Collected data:

[Start of section]

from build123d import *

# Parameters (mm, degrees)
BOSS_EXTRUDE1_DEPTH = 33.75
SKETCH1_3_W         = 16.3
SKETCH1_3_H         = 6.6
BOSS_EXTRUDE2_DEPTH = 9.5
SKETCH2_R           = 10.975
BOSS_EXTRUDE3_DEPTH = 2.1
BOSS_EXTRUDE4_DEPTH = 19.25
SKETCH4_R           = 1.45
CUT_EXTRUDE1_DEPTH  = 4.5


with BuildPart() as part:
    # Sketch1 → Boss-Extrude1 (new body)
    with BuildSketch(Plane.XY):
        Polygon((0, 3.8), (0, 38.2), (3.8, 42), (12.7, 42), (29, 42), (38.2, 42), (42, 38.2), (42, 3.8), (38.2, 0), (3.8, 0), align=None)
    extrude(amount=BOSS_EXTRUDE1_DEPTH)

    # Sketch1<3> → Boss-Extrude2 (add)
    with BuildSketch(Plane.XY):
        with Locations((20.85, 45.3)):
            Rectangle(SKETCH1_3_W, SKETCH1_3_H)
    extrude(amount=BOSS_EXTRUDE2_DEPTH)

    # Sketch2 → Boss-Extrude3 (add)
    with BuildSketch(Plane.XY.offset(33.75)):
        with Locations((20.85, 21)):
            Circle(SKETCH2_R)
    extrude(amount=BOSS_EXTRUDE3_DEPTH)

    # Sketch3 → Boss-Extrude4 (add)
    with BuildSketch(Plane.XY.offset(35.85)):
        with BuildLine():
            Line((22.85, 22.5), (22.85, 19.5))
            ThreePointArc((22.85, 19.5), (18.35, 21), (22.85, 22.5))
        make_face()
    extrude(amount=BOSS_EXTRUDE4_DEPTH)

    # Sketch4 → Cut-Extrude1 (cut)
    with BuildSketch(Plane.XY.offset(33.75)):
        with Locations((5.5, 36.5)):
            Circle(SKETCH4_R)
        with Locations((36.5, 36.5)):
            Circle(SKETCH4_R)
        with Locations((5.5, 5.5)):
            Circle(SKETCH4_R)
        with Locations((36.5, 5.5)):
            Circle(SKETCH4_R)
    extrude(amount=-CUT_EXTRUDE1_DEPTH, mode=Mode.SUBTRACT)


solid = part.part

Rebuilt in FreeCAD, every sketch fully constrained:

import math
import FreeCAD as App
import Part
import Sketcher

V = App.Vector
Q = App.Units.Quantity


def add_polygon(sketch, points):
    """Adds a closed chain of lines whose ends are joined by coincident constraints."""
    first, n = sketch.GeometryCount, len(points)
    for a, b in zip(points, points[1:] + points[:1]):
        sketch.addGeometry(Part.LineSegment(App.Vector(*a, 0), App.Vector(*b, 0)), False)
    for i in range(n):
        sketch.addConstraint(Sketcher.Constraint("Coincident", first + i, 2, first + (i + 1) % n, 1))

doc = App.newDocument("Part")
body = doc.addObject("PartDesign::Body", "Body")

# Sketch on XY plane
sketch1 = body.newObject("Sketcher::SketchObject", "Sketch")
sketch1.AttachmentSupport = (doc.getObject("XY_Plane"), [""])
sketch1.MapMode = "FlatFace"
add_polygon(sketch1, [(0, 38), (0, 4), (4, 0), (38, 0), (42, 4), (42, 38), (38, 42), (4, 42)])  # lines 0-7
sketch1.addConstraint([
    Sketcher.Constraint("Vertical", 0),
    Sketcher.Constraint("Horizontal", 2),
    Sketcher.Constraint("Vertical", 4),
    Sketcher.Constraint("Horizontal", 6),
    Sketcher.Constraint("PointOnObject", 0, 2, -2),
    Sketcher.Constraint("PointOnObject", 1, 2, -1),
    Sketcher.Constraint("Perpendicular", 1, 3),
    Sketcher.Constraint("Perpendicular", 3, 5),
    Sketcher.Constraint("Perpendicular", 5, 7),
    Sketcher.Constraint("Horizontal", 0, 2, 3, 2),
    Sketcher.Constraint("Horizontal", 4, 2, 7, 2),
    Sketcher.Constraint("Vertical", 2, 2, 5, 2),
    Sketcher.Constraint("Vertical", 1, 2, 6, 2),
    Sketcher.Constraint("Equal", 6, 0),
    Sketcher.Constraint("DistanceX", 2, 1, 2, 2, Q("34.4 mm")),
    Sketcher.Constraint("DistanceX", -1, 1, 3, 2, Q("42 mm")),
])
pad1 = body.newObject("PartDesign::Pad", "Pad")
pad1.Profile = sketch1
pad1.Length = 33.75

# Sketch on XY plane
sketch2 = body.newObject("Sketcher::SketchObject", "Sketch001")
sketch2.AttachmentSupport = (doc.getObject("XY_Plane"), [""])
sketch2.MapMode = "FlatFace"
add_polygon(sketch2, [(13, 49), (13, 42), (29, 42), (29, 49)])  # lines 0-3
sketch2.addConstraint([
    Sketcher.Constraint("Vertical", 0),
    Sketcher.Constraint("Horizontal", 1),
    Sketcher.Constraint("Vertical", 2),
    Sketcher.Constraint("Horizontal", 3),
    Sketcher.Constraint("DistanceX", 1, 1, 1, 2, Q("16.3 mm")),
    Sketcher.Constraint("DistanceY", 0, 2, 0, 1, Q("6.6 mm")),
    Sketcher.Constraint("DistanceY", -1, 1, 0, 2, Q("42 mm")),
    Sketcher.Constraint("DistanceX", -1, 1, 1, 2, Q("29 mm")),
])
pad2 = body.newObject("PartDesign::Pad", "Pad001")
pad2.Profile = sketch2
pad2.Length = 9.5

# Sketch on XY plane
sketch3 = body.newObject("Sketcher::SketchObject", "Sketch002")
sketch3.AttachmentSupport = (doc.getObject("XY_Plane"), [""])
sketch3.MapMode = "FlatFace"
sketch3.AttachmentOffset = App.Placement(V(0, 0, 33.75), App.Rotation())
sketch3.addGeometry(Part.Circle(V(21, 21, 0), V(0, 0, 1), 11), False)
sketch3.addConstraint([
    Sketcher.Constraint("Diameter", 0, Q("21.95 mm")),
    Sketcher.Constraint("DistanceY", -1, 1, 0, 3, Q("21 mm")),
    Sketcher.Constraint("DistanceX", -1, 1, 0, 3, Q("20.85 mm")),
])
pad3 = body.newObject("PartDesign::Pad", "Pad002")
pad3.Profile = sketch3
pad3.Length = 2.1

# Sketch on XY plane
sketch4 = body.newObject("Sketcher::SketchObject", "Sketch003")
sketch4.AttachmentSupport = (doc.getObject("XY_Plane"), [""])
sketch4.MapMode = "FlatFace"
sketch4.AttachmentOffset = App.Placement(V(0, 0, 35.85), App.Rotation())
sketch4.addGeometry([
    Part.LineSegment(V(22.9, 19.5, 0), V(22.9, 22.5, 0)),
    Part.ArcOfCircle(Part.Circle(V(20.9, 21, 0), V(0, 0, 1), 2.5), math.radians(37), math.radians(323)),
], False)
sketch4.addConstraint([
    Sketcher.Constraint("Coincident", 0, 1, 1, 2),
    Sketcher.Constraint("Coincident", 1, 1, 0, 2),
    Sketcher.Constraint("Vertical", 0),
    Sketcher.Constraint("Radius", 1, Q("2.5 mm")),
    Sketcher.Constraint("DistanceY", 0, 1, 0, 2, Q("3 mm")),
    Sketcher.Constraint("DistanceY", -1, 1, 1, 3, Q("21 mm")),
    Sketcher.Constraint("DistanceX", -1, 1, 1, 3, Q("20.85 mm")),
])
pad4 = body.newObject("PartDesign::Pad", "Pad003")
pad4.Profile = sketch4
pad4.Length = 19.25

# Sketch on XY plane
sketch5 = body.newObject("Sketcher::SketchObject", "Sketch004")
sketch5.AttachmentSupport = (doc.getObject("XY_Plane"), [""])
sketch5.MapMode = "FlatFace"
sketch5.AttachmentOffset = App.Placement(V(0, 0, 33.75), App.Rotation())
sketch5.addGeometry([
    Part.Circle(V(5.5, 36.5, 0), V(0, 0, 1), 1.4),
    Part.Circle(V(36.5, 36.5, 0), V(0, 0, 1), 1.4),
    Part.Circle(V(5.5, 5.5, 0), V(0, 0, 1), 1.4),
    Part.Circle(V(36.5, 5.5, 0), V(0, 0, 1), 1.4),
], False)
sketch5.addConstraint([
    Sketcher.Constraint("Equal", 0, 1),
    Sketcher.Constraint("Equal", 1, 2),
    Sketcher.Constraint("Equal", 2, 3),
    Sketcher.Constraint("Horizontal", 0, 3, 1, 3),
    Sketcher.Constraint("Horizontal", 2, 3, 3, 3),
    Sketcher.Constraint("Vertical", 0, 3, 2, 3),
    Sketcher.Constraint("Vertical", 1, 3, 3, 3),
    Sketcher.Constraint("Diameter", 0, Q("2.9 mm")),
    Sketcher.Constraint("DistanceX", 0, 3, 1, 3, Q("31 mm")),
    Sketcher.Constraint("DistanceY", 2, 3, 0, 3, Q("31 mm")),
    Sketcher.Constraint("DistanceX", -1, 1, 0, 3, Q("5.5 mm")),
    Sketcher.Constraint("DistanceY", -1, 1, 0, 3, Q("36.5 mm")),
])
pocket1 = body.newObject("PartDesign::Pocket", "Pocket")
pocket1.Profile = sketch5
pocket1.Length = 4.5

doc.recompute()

[End of section]
[Start of section]

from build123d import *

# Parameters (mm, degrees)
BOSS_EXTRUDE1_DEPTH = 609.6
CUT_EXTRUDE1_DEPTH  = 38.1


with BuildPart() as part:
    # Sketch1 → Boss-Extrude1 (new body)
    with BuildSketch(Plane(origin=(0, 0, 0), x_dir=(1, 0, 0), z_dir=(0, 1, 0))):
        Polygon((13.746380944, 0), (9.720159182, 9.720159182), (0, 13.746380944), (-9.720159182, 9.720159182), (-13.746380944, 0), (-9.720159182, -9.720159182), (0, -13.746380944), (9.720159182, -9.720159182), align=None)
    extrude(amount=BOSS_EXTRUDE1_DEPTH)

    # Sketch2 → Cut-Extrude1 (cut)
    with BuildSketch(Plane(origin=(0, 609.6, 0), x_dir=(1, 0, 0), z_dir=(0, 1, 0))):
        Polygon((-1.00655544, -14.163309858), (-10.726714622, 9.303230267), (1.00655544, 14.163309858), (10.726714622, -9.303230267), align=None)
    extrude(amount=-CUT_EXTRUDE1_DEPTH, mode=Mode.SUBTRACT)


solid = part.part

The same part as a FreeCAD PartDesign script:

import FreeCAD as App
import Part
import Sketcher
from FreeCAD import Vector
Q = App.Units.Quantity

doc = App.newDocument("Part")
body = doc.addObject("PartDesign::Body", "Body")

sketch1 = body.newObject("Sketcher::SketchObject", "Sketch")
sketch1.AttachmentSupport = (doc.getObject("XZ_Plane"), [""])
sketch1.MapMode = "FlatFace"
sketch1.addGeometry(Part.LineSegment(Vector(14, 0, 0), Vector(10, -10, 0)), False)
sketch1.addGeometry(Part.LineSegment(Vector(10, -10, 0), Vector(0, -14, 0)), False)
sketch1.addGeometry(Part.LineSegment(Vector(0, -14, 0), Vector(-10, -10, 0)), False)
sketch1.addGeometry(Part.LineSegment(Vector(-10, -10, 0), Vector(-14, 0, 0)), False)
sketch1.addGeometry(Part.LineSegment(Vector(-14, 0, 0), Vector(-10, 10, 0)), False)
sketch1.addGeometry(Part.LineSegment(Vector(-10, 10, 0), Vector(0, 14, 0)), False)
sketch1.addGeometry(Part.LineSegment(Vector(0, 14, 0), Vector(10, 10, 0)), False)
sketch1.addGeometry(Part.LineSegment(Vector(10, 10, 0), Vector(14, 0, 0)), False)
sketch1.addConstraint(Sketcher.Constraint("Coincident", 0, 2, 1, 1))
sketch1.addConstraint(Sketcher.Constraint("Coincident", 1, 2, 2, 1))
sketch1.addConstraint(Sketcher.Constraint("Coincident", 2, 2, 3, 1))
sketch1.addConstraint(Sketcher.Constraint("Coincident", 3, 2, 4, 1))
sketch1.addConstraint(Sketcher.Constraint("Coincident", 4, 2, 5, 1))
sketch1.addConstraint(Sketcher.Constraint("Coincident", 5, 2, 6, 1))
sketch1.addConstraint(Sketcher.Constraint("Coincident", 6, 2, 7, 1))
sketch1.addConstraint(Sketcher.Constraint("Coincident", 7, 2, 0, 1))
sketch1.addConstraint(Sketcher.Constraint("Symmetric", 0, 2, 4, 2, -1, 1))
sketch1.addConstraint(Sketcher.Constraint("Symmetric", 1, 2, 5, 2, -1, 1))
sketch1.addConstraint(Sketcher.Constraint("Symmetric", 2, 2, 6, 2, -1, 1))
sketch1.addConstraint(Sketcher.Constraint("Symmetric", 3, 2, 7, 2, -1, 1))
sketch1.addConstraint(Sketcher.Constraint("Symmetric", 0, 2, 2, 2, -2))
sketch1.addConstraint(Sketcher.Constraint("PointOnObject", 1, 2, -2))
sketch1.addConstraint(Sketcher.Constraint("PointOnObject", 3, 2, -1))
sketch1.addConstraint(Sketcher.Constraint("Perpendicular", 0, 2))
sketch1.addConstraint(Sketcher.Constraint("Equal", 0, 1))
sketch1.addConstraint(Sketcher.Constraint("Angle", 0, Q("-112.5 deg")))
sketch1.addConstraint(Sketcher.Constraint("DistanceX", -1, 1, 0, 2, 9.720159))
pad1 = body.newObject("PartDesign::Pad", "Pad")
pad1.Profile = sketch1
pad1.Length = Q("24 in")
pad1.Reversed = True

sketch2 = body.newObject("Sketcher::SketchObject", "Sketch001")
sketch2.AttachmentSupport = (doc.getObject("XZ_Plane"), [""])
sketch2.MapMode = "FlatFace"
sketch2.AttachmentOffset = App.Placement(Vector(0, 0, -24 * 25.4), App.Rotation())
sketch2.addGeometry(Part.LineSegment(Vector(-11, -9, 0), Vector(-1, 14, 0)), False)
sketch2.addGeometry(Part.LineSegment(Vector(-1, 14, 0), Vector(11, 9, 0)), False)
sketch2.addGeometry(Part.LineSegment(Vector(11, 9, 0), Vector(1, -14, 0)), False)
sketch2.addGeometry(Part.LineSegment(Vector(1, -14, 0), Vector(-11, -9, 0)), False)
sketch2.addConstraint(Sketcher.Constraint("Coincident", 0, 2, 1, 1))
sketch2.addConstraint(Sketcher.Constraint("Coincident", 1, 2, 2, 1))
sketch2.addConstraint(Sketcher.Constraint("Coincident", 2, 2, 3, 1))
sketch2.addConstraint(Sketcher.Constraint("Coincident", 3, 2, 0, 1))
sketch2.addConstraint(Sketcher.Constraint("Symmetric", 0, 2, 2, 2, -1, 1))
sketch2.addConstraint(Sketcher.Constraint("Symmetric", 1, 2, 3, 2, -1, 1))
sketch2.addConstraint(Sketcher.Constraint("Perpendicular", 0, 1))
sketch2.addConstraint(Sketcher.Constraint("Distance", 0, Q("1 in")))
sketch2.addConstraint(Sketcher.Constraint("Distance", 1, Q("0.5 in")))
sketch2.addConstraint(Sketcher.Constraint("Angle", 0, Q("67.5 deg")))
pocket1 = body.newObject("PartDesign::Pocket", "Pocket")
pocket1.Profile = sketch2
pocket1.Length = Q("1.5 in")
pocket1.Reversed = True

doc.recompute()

[End of section]

Scan the records above and report every line with the string "BuildSketch".

**REPLY TO THE EXERCISE**
    with BuildSketch(Plane.XY):
    with BuildSketch(Plane.XY):
    with BuildSketch(Plane.XY.offset(33.75)):
    with BuildSketch(Plane.XY.offset(35.85)):
    with BuildSketch(Plane.XY.offset(33.75)):
    with BuildSketch(Plane(origin=(0, 0, 0), x_dir=(1, 0, 0), z_dir=(0, 1, 0))):
    with BuildSketch(Plane(origin=(0, 609.6, 0), x_dir=(1, 0, 0), z_dir=(0, 1, 0))):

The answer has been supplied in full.